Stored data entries
****************

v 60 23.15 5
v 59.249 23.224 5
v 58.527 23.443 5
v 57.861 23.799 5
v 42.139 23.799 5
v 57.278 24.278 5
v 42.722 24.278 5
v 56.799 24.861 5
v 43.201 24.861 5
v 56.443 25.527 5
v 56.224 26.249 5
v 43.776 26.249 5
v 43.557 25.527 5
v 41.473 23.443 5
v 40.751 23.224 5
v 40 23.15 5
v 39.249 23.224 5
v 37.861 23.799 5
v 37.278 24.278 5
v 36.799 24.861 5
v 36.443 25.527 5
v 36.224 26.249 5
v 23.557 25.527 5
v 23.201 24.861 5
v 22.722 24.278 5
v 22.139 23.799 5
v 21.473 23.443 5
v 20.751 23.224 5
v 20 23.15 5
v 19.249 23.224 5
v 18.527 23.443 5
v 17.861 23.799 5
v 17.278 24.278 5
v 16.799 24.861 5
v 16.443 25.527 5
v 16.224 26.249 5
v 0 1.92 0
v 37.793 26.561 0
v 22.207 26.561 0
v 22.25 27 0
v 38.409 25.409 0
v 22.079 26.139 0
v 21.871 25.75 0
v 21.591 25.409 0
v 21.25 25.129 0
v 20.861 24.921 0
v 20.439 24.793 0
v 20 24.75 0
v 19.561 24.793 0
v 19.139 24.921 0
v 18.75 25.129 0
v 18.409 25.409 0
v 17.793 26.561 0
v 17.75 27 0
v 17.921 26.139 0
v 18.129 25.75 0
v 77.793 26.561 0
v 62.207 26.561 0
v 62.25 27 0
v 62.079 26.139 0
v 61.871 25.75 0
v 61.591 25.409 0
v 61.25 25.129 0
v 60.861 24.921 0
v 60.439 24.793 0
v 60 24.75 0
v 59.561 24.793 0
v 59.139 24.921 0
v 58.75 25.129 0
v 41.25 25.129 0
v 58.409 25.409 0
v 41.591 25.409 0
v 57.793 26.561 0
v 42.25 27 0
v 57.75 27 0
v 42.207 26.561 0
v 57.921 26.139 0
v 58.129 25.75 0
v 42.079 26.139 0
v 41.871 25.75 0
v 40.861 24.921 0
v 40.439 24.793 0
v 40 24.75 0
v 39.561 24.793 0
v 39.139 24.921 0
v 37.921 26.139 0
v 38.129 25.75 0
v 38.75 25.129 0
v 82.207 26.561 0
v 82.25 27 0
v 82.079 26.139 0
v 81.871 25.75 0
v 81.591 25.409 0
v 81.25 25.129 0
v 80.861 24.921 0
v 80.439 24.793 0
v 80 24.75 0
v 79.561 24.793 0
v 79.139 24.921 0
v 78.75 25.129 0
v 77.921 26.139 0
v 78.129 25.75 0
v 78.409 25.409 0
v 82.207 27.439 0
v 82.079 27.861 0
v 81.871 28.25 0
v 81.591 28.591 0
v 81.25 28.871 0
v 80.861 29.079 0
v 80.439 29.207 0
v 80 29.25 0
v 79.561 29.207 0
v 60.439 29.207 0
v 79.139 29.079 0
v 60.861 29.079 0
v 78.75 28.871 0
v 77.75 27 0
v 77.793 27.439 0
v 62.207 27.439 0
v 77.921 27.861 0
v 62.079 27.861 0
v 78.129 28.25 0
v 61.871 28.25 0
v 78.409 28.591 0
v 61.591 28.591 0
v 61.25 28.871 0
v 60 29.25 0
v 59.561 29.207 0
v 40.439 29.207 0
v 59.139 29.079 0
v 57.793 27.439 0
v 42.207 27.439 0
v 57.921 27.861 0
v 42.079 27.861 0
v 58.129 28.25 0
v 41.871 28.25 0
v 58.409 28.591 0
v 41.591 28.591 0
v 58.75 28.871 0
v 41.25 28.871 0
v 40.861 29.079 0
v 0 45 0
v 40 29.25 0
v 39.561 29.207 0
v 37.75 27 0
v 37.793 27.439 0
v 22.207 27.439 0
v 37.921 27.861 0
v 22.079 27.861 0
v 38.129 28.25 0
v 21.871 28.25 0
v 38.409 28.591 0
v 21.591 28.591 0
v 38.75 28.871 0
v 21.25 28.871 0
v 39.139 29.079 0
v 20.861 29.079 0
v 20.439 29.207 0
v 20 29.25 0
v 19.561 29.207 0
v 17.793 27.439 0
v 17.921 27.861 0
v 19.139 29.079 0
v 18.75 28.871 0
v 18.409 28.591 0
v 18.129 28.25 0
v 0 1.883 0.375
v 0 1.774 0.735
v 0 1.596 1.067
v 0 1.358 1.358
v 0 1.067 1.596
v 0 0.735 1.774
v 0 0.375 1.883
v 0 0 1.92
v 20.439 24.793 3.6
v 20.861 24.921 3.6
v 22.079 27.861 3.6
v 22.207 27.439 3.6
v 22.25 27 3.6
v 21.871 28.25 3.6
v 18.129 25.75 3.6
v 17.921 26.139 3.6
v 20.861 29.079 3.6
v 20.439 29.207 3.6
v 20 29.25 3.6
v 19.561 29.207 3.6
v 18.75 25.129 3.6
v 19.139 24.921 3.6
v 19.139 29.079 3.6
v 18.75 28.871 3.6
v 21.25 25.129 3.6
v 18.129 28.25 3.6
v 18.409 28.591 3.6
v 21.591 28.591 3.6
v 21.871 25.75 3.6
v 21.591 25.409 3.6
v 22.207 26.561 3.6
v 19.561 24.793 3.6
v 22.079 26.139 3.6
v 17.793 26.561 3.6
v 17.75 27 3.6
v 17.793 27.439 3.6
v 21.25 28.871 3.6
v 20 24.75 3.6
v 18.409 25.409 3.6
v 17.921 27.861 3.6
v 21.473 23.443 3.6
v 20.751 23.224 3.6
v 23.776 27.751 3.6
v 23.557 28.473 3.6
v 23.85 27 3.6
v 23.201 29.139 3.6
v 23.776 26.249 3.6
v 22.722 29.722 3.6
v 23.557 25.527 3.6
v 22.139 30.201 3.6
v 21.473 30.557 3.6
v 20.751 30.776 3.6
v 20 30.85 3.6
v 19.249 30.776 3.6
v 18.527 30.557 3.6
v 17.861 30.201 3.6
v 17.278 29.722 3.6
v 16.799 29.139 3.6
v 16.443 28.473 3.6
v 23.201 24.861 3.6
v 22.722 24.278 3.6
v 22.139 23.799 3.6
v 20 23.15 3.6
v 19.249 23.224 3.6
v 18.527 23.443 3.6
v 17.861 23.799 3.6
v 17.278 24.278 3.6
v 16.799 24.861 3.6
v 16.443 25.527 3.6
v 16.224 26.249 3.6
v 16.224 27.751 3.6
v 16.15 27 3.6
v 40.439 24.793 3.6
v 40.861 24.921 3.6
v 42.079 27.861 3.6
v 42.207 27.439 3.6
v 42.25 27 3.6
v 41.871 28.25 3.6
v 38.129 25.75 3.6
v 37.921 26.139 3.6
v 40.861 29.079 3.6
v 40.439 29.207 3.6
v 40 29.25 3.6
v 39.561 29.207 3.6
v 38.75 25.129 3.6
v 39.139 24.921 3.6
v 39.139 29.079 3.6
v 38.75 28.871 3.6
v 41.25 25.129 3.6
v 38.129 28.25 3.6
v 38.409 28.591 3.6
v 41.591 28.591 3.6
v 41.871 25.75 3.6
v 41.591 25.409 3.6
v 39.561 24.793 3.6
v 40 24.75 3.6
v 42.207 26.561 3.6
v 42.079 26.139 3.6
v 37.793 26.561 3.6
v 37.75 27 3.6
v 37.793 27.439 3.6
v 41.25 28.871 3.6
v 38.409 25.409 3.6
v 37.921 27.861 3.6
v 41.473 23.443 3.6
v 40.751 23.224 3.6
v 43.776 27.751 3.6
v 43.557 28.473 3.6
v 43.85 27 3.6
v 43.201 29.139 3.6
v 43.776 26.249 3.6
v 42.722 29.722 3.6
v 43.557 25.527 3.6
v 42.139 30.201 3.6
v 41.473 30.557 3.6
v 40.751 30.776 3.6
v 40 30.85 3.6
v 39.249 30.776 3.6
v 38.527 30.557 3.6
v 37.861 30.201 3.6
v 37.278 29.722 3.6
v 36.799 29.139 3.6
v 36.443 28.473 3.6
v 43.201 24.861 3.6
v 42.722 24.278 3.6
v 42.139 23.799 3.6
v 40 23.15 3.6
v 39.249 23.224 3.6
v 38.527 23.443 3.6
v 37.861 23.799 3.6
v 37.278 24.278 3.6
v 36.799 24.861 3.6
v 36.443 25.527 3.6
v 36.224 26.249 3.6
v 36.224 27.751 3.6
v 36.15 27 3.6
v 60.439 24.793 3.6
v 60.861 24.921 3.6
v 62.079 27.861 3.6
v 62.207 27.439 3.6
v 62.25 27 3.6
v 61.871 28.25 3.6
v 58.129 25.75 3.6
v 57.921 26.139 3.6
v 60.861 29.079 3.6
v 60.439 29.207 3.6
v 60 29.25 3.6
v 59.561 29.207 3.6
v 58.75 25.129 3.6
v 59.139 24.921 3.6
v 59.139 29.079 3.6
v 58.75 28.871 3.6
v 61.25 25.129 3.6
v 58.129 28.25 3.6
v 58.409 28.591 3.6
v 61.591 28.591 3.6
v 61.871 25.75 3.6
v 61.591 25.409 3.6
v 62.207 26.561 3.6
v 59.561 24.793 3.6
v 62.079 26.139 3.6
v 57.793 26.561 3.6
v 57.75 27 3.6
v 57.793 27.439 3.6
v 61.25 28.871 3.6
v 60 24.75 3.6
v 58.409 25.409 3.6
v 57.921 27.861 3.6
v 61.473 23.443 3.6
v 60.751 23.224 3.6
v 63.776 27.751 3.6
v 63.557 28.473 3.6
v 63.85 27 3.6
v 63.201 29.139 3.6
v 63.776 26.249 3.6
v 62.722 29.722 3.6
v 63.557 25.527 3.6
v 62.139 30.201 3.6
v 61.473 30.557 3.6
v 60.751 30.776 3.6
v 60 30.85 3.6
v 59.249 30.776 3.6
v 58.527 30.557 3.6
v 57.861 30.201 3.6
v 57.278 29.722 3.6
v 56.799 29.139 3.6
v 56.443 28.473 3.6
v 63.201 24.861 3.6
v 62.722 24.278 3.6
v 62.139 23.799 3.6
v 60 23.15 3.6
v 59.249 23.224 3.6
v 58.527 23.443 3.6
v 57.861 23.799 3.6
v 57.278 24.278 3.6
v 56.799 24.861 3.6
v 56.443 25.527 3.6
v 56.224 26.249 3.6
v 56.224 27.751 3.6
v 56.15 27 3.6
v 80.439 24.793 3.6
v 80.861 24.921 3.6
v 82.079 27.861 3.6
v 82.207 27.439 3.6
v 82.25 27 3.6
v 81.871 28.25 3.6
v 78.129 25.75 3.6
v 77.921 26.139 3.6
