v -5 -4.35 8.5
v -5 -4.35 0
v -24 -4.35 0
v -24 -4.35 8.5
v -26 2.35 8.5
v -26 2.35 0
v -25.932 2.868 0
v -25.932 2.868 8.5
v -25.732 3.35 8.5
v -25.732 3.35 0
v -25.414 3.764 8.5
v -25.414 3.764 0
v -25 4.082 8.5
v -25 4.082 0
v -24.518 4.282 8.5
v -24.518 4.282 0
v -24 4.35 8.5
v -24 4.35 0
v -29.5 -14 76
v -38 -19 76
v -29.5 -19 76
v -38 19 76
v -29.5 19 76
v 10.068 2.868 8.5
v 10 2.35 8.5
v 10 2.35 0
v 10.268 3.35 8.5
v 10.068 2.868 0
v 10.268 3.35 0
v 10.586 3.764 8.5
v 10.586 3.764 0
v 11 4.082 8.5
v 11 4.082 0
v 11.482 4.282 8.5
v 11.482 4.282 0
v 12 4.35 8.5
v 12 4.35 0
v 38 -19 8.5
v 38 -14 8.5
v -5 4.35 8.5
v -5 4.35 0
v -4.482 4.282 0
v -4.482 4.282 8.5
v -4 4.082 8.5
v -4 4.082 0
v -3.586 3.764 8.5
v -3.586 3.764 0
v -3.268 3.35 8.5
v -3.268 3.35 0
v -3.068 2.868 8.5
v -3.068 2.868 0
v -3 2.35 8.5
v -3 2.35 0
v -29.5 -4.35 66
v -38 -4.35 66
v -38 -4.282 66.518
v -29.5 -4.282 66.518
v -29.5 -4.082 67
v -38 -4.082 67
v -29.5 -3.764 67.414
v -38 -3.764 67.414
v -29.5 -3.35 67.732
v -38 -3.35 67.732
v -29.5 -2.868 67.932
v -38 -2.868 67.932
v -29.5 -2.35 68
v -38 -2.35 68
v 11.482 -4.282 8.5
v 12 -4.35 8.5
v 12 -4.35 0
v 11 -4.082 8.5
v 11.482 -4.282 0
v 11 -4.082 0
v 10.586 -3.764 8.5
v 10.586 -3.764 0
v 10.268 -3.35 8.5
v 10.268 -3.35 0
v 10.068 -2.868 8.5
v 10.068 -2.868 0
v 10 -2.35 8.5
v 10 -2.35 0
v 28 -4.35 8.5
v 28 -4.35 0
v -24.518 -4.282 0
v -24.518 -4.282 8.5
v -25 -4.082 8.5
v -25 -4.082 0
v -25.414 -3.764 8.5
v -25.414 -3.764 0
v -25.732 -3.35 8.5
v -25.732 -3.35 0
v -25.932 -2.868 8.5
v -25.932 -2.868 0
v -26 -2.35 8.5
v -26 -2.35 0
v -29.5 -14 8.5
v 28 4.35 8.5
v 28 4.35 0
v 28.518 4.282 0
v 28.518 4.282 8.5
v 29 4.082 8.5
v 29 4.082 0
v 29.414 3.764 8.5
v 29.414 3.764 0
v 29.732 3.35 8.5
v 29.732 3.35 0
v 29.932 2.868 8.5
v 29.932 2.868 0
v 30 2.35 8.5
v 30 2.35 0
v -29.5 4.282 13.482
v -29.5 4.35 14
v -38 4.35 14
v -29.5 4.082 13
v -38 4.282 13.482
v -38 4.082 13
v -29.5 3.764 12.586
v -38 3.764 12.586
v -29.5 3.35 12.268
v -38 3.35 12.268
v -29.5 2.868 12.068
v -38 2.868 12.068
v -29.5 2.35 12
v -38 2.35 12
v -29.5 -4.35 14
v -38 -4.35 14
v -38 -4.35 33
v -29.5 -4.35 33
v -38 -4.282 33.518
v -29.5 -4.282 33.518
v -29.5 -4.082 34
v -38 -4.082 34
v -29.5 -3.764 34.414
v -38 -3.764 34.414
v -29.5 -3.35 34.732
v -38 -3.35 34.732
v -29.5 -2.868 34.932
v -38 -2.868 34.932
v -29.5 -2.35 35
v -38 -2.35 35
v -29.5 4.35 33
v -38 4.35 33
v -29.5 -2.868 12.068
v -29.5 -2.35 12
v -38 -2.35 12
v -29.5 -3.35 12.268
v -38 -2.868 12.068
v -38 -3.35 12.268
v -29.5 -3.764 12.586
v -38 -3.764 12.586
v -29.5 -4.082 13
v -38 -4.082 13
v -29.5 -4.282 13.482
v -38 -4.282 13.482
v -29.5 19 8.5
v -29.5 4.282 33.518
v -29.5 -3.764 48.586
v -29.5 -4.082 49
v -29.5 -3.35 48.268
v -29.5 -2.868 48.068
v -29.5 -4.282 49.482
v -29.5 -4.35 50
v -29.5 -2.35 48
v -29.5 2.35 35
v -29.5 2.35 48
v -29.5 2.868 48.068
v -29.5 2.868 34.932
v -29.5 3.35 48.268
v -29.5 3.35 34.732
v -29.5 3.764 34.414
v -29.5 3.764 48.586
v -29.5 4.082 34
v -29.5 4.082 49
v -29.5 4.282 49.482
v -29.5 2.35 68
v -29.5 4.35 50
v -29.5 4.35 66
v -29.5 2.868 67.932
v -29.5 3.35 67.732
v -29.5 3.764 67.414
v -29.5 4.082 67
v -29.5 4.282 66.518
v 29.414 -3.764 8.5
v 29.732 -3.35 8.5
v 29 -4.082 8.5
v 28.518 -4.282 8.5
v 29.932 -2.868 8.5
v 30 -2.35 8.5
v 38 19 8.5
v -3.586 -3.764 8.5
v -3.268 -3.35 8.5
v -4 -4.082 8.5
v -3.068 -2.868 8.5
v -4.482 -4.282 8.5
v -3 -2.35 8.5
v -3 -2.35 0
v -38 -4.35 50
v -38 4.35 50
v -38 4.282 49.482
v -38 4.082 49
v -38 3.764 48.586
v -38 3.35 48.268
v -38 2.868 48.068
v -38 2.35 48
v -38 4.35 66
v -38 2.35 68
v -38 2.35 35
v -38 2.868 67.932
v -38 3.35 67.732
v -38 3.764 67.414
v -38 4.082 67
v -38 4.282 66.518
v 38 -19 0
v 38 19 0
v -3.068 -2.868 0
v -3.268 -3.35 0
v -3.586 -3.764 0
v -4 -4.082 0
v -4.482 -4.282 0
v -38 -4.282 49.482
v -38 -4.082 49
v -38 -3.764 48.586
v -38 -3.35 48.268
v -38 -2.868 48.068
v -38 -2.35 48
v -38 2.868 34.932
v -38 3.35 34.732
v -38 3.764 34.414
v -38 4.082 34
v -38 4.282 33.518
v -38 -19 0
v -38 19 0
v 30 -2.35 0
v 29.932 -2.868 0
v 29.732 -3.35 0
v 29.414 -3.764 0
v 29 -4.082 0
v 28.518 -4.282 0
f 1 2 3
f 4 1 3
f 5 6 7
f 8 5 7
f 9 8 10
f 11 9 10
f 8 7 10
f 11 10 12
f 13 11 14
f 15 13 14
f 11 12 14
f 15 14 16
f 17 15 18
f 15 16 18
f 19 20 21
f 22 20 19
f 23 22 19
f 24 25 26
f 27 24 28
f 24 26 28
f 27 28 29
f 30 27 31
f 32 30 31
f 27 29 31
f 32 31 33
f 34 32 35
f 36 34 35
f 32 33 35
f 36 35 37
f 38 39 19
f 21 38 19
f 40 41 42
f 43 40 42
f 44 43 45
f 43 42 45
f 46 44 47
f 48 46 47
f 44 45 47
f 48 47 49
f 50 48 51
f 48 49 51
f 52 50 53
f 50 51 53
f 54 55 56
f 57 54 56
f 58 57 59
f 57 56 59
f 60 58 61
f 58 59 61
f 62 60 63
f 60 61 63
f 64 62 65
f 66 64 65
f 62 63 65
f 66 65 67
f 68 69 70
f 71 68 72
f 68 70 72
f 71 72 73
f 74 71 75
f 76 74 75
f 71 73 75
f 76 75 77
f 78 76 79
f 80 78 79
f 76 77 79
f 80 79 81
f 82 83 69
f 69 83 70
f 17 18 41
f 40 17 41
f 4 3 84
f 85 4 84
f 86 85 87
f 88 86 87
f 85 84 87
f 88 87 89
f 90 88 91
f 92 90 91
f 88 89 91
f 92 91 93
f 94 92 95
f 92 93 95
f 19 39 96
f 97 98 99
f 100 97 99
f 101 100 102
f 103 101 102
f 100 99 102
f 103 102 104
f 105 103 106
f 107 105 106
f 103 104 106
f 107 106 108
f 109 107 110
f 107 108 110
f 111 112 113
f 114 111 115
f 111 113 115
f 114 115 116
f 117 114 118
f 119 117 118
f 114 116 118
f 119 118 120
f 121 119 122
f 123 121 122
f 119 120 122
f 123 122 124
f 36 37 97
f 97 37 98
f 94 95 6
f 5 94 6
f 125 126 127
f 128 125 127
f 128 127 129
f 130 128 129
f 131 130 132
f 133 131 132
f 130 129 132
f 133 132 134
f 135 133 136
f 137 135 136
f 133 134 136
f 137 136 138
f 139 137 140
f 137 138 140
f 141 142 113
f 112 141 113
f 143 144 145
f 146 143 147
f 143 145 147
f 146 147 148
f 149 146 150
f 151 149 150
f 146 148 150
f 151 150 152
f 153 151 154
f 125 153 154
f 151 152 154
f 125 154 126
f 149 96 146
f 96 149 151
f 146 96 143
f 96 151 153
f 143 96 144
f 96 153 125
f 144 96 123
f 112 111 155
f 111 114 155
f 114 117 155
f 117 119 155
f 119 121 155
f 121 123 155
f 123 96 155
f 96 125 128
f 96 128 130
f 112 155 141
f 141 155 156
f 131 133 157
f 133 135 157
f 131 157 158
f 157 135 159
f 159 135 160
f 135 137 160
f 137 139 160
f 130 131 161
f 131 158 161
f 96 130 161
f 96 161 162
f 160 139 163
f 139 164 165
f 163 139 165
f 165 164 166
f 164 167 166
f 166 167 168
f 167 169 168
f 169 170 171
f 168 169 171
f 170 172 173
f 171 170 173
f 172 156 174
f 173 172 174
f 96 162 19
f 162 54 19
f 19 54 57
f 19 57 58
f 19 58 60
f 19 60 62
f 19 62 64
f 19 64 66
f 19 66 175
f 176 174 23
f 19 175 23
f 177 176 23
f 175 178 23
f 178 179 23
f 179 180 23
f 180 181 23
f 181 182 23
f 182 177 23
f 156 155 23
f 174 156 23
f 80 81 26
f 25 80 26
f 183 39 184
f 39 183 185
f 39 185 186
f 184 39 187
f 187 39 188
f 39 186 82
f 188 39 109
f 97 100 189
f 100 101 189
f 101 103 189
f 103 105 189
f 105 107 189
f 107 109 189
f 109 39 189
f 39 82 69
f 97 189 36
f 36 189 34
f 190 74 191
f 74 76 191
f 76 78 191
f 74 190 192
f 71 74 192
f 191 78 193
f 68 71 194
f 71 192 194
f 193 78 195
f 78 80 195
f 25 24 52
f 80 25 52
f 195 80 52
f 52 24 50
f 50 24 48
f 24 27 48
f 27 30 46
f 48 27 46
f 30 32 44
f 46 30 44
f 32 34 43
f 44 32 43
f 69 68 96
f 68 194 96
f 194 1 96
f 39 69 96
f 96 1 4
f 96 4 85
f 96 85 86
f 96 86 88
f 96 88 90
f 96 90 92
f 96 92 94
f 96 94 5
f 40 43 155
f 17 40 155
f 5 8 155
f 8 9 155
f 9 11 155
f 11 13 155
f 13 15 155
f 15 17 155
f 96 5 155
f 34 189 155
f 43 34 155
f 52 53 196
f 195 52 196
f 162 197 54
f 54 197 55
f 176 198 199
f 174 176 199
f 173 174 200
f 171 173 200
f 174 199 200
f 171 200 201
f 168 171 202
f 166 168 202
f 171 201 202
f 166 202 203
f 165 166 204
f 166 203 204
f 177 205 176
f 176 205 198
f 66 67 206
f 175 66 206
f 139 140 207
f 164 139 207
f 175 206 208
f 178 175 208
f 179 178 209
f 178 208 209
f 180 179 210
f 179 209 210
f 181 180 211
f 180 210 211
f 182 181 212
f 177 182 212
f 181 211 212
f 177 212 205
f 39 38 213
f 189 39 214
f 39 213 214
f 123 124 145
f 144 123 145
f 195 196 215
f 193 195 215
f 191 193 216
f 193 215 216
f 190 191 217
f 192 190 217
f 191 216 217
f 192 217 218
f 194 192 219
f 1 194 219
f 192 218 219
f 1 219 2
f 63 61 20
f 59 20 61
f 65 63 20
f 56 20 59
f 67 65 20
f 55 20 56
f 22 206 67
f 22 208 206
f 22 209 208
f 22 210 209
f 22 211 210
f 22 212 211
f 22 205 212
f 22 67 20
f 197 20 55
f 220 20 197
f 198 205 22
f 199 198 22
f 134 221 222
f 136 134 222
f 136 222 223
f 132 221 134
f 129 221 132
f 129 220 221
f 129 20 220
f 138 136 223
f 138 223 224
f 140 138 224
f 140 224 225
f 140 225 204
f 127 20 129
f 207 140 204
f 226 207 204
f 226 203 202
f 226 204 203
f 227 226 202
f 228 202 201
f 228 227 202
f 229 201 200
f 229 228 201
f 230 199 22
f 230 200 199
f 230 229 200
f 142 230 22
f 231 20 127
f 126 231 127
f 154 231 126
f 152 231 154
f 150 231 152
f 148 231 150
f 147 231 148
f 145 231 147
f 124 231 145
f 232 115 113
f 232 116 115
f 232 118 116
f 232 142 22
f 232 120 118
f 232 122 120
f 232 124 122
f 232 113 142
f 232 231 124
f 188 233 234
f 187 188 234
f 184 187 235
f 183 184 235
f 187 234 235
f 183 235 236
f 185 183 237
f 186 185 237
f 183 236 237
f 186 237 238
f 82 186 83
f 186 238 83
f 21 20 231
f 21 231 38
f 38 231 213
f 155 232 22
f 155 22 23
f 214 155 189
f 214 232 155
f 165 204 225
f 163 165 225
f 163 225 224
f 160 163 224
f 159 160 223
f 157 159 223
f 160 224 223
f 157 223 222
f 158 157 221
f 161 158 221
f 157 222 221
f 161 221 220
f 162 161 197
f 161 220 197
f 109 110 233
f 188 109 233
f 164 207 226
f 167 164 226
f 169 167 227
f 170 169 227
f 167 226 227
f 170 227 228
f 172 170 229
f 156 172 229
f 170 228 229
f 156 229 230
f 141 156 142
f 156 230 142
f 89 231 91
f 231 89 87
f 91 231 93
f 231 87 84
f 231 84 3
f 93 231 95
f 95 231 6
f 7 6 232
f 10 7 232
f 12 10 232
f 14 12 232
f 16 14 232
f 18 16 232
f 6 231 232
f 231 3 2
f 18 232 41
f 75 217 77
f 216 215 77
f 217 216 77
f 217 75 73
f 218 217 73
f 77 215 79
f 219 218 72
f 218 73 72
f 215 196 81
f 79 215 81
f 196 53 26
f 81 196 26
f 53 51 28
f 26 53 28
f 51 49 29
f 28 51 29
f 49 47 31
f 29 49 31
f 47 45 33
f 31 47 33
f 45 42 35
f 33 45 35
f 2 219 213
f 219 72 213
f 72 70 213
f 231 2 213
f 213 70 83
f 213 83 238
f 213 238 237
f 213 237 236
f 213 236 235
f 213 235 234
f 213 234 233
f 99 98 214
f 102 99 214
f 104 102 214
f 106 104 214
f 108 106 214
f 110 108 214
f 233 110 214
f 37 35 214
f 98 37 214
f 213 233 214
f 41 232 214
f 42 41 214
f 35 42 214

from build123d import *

# Parameters (mm, degrees)
F0_W     = 76
F0_H     = 38
F1_DEPTH = 76
F3_DEPTH = 38.001
F4_DEPTH = 33
F6_DEPTH = 76.001
F8_DEPTH = 76.001


with BuildPart() as f1:
    # F0 (on Top) → F1 (new body)
    with BuildSketch(Plane.XY):
        Rectangle(F0_W, F0_H)
    extrude(amount=F1_DEPTH)

    # F2 (on face) → F3 (cut, through all)
    with BuildSketch(Plane(origin=(0, 19, 0), x_dir=(-1, 0, 0), z_dir=(0, 1, 0))):
        Polygon((-38, 8.5), (29.5, 76), (-38, 76), align=None)
    extrude(amount=-F3_DEPTH, mode=Mode.SUBTRACT)

    # F2 (on face) → F4 (cut)
    with BuildSketch(Plane(origin=(0, 19, 0), x_dir=(-1, 0, 0), z_dir=(0, 1, 0))):
        Polygon((29.5, 8.5), (29.5, 76), (-38, 8.5), align=None)
    extrude(amount=-F4_DEPTH, mode=Mode.SUBTRACT)

    # F5 (on face) → F6 (cut, through all)
    with BuildSketch(Plane(origin=(-38, 0, 0), x_dir=(0, -1, 0), z_dir=(-1, 0, 0))):
        with BuildLine():
            Line((2.35, 68), (-2.35, 68))
            ThreePointArc((-2.35, 68), (-3.764214, 67.414214), (-4.35, 66))
            Line((-4.35, 66), (-4.35, 50))
            ThreePointArc((-4.35, 50), (-3.764214, 48.585786), (-2.35, 48))
            Line((-2.35, 48), (2.35, 48))
            ThreePointArc((2.35, 48), (3.764214, 48.585786), (4.35, 50))
            Line((4.35, 50), (4.35, 66))
            ThreePointArc((4.35, 66), (3.764214, 67.414214), (2.35, 68))
        make_face()
        with BuildLine():
            Line((2.35, 35), (-2.35, 35))
            ThreePointArc((-2.35, 35), (-3.764214, 34.414214), (-4.35, 33))
            Line((-4.35, 33), (-4.35, 14))
            ThreePointArc((-4.35, 14), (-3.764214, 12.585786), (-2.35, 12))
            Line((-2.35, 12), (2.35, 12))
            ThreePointArc((2.35, 12), (3.764214, 12.585786), (4.35, 14))
            Line((4.35, 14), (4.35, 33))
            ThreePointArc((4.35, 33), (3.764214, 34.414214), (2.35, 35))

****************

* Work to complete: Write out exactly the lines above between the line with "f 107 108 110" and the line with "f 143 144 145", inclusive, and nothing beyond them.

* Result of this exercise:
f 107 108 110
f 111 112 113
f 114 111 115
f 111 113 115
f 114 115 116
f 117 114 118
f 119 117 118
f 114 116 118
f 119 118 120
f 121 119 122
f 123 121 122
f 119 120 122
f 123 122 124
f 36 37 97
f 97 37 98
f 94 95 6
f 5 94 6
f 125 126 127
f 128 125 127
f 128 127 129
f 130 128 129
f 131 130 132
f 133 131 132
f 130 129 132
f 133 132 134
f 135 133 136
f 137 135 136
f 133 134 136
f 137 136 138
f 139 137 140
f 137 138 140
f 141 142 113
f 112 141 113
f 143 144 145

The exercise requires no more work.